— TASK OBJECTIVE —
Using the records below, write out again exactly the lines that begin at the line containing "f 25 437 438" and end at the line containing "f 116 115 319", and no other lines.

*** Block opens ***

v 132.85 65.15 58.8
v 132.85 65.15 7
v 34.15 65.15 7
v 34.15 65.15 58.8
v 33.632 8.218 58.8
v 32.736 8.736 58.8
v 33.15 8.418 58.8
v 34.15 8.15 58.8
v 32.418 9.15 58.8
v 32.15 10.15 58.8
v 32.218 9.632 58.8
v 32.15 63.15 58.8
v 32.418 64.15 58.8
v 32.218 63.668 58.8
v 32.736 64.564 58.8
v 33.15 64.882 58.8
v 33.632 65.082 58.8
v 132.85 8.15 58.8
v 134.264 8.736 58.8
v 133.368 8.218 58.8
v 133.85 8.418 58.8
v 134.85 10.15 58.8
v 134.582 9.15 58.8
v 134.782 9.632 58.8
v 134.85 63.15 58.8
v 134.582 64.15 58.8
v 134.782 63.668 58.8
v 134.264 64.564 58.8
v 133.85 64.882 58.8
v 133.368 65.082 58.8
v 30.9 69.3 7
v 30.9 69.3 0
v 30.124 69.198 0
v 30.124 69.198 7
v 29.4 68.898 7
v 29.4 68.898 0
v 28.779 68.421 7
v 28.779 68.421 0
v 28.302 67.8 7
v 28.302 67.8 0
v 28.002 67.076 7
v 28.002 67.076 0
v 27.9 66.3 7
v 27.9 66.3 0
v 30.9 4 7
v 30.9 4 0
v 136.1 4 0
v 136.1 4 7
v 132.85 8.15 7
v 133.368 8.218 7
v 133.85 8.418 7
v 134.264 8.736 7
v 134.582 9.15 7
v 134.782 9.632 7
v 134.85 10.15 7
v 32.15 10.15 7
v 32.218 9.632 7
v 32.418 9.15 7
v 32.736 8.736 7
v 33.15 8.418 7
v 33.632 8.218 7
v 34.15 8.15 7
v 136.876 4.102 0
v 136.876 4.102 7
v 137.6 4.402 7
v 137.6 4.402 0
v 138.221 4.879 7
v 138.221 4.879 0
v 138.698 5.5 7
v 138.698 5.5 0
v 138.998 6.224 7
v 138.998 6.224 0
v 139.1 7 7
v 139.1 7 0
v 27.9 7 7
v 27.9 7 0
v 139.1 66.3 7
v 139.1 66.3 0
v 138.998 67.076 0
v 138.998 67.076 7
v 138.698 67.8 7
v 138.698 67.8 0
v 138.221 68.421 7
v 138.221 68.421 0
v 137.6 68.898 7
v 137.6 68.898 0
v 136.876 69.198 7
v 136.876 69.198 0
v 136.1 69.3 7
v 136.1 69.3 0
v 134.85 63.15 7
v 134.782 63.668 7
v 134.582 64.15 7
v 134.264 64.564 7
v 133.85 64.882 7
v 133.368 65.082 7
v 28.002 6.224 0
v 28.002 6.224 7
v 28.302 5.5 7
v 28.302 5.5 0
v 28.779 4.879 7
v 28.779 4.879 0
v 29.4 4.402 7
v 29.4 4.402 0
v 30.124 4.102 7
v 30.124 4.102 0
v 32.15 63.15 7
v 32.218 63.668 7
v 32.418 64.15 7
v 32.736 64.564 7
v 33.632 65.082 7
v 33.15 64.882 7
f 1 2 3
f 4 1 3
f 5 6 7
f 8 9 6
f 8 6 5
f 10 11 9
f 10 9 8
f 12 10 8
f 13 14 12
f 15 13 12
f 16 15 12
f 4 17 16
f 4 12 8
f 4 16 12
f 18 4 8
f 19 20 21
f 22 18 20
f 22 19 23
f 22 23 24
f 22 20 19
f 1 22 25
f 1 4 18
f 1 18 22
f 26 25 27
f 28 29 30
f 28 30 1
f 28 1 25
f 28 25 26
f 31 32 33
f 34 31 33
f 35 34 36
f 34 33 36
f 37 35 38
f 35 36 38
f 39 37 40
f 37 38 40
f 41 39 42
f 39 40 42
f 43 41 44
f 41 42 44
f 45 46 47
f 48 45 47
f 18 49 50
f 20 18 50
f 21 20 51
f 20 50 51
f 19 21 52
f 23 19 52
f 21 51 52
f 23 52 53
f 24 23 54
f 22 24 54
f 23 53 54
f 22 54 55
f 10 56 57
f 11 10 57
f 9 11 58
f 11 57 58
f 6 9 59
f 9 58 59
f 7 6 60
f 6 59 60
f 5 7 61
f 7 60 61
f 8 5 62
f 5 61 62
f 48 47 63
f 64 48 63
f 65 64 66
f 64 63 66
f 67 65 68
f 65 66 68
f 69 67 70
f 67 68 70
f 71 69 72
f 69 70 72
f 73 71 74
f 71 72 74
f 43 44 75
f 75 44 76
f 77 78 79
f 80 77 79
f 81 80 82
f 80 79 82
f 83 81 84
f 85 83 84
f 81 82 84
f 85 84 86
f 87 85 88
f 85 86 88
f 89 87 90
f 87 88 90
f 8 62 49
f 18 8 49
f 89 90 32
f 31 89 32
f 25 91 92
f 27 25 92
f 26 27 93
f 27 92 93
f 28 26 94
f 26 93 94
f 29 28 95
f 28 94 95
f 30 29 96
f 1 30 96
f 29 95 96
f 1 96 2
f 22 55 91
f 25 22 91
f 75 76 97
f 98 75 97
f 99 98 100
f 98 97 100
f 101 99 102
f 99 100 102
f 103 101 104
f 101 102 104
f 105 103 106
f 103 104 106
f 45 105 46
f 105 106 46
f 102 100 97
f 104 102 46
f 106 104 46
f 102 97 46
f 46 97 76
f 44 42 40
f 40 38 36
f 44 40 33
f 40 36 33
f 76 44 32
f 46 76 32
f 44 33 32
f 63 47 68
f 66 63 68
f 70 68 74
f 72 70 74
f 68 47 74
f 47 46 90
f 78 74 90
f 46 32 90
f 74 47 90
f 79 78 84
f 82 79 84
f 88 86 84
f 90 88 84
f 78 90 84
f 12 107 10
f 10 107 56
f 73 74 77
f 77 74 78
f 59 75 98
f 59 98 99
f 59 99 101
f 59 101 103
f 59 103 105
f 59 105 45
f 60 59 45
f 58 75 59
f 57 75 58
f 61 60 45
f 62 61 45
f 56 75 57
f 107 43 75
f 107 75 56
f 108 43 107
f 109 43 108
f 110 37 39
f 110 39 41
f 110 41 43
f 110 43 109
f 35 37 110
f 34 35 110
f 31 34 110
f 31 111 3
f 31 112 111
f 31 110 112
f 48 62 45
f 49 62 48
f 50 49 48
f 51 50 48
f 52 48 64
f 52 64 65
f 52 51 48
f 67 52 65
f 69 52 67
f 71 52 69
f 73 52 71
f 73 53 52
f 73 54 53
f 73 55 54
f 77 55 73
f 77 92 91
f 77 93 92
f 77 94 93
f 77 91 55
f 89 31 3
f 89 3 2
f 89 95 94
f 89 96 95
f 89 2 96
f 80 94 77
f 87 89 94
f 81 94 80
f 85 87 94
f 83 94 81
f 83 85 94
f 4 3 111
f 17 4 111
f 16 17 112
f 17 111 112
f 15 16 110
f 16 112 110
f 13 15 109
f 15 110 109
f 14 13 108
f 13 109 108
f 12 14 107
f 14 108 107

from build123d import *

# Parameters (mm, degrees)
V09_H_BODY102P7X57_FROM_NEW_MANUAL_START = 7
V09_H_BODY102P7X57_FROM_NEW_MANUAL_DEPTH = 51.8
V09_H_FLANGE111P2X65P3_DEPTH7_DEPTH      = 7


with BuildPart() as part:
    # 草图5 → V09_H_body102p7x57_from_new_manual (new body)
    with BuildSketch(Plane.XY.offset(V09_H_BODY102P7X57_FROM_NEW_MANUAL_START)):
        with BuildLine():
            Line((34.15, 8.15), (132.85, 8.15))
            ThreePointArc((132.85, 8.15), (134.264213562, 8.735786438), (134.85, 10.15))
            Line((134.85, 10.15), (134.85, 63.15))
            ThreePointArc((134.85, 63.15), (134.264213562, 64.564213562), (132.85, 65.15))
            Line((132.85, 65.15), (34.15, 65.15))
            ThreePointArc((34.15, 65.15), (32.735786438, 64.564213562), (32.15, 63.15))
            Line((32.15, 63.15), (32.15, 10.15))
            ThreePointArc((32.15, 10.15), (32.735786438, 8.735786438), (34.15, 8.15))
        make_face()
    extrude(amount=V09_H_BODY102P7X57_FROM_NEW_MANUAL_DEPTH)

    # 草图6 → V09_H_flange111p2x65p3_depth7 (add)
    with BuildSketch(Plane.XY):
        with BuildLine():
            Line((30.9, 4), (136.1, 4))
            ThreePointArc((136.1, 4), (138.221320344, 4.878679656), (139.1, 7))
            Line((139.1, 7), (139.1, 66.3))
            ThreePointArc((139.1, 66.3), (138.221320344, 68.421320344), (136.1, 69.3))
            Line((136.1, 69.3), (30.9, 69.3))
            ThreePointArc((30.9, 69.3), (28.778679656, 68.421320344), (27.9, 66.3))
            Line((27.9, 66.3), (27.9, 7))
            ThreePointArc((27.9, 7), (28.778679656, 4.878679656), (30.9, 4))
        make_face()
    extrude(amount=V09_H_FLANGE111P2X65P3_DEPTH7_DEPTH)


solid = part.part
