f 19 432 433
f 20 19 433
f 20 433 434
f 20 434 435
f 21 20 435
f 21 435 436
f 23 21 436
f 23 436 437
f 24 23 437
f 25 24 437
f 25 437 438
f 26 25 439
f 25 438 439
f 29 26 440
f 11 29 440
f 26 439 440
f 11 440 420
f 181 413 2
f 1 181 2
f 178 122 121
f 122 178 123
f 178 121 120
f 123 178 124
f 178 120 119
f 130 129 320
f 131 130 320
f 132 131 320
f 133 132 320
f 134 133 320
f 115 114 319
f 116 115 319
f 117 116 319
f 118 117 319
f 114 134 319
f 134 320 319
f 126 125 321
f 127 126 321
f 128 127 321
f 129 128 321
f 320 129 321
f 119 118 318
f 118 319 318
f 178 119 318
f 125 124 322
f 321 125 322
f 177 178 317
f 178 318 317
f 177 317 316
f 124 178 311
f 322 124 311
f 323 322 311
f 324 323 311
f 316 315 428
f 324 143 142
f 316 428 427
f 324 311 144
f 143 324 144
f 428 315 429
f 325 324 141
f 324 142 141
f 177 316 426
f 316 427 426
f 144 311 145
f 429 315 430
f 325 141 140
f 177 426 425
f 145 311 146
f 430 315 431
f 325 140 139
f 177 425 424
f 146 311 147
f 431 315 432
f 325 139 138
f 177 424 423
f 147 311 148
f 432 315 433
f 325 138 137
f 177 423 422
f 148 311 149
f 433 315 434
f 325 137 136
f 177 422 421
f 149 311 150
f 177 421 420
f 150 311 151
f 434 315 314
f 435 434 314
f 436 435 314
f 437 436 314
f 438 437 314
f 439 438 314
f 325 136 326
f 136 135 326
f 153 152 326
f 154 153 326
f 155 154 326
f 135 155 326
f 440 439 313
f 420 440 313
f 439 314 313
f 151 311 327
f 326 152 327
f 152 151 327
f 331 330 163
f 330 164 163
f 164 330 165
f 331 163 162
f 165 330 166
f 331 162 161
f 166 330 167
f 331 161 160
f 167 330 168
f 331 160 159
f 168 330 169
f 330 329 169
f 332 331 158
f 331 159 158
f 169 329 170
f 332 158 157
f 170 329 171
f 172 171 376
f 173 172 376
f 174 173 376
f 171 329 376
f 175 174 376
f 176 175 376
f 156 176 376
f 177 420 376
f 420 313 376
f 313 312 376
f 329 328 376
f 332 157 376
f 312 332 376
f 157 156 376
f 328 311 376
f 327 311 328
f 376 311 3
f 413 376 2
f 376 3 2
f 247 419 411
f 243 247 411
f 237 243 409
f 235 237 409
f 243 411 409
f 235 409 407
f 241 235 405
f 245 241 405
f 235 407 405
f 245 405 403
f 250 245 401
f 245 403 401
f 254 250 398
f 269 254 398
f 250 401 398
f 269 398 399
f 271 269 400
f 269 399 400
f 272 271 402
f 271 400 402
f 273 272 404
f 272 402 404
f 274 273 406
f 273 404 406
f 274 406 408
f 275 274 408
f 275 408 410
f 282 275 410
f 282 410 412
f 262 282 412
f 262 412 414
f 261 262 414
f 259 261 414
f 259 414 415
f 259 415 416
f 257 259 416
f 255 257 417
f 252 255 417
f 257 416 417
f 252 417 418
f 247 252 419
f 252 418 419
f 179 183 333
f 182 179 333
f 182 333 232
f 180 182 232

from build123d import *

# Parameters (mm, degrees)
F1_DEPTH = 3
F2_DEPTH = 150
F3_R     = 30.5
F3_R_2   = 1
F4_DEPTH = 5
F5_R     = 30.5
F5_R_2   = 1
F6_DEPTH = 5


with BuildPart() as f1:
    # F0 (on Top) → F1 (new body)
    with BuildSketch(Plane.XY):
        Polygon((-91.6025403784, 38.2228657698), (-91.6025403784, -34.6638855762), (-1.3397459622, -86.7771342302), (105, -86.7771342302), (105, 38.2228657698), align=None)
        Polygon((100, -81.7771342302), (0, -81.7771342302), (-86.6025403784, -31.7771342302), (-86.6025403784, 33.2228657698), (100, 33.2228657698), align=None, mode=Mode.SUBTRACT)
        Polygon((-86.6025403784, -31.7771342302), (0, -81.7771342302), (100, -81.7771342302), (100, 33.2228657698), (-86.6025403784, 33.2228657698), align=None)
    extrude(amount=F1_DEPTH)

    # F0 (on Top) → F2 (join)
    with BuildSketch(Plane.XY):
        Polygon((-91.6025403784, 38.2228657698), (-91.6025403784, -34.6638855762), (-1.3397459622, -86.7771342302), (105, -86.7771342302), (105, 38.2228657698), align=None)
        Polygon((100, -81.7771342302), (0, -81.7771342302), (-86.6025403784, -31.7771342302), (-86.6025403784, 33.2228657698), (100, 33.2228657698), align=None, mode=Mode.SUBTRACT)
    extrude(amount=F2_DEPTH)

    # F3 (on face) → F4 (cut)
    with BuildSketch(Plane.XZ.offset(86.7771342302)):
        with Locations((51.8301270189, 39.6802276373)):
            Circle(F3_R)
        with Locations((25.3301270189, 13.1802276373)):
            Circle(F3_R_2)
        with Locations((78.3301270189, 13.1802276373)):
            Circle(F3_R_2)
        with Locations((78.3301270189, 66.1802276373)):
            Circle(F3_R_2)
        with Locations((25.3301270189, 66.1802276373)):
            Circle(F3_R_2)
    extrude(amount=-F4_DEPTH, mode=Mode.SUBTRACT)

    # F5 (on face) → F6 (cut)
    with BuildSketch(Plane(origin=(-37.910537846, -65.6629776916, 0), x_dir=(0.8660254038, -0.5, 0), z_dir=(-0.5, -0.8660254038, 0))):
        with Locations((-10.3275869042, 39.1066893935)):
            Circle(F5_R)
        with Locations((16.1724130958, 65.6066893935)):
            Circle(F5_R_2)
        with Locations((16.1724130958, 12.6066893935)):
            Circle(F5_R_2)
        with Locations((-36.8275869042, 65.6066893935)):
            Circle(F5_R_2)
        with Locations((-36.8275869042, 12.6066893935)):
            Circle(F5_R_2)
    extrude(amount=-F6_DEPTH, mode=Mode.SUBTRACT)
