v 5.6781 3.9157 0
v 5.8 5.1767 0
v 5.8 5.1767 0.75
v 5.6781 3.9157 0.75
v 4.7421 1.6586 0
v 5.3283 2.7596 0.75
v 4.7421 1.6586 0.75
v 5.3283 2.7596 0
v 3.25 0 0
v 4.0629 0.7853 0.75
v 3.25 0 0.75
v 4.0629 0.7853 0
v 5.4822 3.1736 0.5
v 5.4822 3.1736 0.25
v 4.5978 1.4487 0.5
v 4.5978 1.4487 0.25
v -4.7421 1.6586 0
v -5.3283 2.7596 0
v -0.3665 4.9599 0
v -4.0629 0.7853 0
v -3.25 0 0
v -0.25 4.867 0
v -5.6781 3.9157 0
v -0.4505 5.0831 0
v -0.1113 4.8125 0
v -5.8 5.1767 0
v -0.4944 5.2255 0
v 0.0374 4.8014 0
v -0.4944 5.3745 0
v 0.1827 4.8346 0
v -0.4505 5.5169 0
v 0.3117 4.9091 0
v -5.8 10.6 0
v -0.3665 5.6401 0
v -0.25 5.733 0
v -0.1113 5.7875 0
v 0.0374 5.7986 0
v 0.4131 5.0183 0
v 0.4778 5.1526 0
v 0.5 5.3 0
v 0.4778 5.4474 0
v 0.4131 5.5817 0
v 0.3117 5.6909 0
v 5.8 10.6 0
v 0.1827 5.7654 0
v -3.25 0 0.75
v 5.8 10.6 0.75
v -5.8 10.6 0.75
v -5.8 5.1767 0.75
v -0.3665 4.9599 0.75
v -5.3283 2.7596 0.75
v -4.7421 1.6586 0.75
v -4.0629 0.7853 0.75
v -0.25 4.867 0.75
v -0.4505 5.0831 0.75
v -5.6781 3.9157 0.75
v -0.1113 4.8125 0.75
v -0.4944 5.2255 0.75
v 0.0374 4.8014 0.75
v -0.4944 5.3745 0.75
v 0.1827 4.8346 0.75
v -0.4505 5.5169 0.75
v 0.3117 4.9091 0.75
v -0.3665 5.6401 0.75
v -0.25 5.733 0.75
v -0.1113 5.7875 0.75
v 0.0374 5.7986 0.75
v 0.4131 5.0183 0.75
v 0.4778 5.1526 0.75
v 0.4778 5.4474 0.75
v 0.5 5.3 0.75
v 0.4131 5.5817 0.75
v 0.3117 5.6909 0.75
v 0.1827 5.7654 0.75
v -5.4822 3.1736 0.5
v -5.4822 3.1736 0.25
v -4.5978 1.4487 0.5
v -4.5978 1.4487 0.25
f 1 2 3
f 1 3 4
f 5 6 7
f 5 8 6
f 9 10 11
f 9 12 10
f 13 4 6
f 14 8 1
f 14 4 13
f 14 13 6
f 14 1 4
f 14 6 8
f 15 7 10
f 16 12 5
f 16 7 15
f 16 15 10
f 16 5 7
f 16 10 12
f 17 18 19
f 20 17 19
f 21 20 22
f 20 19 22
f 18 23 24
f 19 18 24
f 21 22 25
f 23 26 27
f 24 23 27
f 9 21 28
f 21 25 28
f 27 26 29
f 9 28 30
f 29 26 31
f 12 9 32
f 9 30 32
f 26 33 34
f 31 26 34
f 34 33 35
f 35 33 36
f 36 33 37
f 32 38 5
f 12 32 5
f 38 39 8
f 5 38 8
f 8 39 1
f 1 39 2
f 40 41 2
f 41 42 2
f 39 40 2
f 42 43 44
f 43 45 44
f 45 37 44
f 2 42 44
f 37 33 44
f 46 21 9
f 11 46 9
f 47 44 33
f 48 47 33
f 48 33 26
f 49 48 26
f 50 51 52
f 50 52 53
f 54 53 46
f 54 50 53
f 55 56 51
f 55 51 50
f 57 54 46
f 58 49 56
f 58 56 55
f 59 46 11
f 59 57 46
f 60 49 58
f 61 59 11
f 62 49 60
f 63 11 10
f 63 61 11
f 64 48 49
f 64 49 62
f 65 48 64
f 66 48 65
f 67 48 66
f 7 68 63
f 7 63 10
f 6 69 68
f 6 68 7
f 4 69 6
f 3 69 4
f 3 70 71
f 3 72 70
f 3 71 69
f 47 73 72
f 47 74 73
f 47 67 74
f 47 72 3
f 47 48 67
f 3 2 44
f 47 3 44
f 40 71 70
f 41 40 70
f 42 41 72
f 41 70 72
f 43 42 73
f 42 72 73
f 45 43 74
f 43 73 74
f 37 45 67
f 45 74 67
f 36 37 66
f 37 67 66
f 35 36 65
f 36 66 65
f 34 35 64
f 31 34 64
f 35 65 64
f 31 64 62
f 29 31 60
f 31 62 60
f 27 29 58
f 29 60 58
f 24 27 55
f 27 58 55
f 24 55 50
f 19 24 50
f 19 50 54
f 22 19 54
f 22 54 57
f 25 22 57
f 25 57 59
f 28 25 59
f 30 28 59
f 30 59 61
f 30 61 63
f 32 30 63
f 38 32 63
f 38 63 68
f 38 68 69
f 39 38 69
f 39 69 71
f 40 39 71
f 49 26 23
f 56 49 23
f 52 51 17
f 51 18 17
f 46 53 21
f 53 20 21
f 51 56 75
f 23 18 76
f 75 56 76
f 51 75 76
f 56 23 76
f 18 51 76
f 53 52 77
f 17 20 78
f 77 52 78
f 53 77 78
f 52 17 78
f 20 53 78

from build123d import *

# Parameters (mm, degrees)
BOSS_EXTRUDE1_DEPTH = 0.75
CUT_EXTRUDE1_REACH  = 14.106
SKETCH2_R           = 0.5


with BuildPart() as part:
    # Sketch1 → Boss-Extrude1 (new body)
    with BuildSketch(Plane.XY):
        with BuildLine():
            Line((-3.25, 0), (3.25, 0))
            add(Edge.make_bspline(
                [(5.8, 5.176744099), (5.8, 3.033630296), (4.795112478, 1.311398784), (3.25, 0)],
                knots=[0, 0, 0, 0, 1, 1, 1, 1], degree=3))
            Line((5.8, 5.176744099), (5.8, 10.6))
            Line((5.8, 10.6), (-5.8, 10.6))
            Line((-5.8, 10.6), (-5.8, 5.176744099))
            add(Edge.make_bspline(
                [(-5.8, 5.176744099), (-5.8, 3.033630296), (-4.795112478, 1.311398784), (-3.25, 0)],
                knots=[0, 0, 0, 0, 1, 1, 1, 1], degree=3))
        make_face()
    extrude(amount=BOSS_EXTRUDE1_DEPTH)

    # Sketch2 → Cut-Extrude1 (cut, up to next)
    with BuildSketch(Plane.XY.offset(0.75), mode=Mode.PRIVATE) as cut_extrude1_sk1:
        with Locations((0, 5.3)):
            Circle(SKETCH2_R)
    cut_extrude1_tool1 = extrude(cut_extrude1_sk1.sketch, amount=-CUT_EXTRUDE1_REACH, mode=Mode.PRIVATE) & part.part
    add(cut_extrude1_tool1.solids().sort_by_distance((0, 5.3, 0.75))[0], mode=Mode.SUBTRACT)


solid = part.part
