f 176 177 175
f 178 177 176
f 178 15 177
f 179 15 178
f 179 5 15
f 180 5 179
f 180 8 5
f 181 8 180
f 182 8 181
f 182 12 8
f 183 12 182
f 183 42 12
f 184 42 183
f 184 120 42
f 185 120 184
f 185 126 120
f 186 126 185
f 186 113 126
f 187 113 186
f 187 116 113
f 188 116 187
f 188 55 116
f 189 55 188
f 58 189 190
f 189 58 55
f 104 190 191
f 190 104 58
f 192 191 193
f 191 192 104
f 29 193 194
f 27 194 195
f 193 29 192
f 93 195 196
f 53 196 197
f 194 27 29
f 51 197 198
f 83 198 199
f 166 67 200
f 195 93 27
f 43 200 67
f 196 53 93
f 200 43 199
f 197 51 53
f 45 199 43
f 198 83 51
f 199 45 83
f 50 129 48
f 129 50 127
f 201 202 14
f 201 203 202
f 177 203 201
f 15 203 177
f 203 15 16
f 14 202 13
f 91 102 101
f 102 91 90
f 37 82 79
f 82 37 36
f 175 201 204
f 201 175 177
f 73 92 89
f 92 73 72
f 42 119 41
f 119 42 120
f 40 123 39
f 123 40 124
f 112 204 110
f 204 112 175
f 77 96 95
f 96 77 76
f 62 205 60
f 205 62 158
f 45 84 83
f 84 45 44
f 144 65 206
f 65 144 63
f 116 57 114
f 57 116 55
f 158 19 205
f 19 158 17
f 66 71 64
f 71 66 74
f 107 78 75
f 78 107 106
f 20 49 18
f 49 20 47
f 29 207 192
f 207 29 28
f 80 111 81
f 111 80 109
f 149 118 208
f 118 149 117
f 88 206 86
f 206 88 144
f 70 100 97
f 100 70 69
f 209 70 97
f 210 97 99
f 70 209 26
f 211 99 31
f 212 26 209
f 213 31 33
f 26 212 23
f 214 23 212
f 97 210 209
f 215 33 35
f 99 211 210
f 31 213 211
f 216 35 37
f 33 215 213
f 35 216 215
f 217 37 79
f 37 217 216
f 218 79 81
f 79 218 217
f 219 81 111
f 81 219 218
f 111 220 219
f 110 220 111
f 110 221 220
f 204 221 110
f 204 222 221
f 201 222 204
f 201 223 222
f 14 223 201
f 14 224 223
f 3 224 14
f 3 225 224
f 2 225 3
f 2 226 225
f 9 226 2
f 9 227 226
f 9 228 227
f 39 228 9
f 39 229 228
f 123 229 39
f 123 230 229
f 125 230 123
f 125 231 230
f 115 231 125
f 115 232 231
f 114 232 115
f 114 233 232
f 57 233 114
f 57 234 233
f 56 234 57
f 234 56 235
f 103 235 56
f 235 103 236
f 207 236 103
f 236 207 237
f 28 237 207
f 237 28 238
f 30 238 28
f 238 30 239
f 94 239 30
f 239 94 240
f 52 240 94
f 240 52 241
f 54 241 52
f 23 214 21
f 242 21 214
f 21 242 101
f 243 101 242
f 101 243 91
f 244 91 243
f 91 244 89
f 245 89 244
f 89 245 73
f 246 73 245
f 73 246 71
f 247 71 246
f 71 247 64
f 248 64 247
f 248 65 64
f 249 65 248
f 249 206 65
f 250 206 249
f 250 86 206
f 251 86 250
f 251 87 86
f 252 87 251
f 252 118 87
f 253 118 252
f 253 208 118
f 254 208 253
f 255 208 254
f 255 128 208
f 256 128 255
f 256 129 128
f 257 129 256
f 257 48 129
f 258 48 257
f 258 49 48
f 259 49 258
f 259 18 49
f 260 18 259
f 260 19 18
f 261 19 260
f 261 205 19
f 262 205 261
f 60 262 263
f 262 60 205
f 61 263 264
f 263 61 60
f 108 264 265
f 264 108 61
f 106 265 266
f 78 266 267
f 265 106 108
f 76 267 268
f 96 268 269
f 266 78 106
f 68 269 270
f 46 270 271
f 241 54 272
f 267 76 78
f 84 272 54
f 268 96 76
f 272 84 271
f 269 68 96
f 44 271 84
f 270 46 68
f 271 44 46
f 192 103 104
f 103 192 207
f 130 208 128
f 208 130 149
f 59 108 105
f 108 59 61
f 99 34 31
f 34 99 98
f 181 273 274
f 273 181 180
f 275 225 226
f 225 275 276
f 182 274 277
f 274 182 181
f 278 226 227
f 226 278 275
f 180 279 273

*** Block closes ***

— SOLUTION TO THE EXERCISE —
f 25 437 438
f 26 25 439
f 25 438 439
f 29 26 440
f 11 29 440
f 26 439 440
f 11 440 420
f 181 413 2
f 1 181 2
f 178 122 121
f 122 178 123
f 178 121 120
f 123 178 124
f 178 120 119
f 130 129 320
f 131 130 320
f 132 131 320
f 133 132 320
f 134 133 320
f 115 114 319
f 116 115 319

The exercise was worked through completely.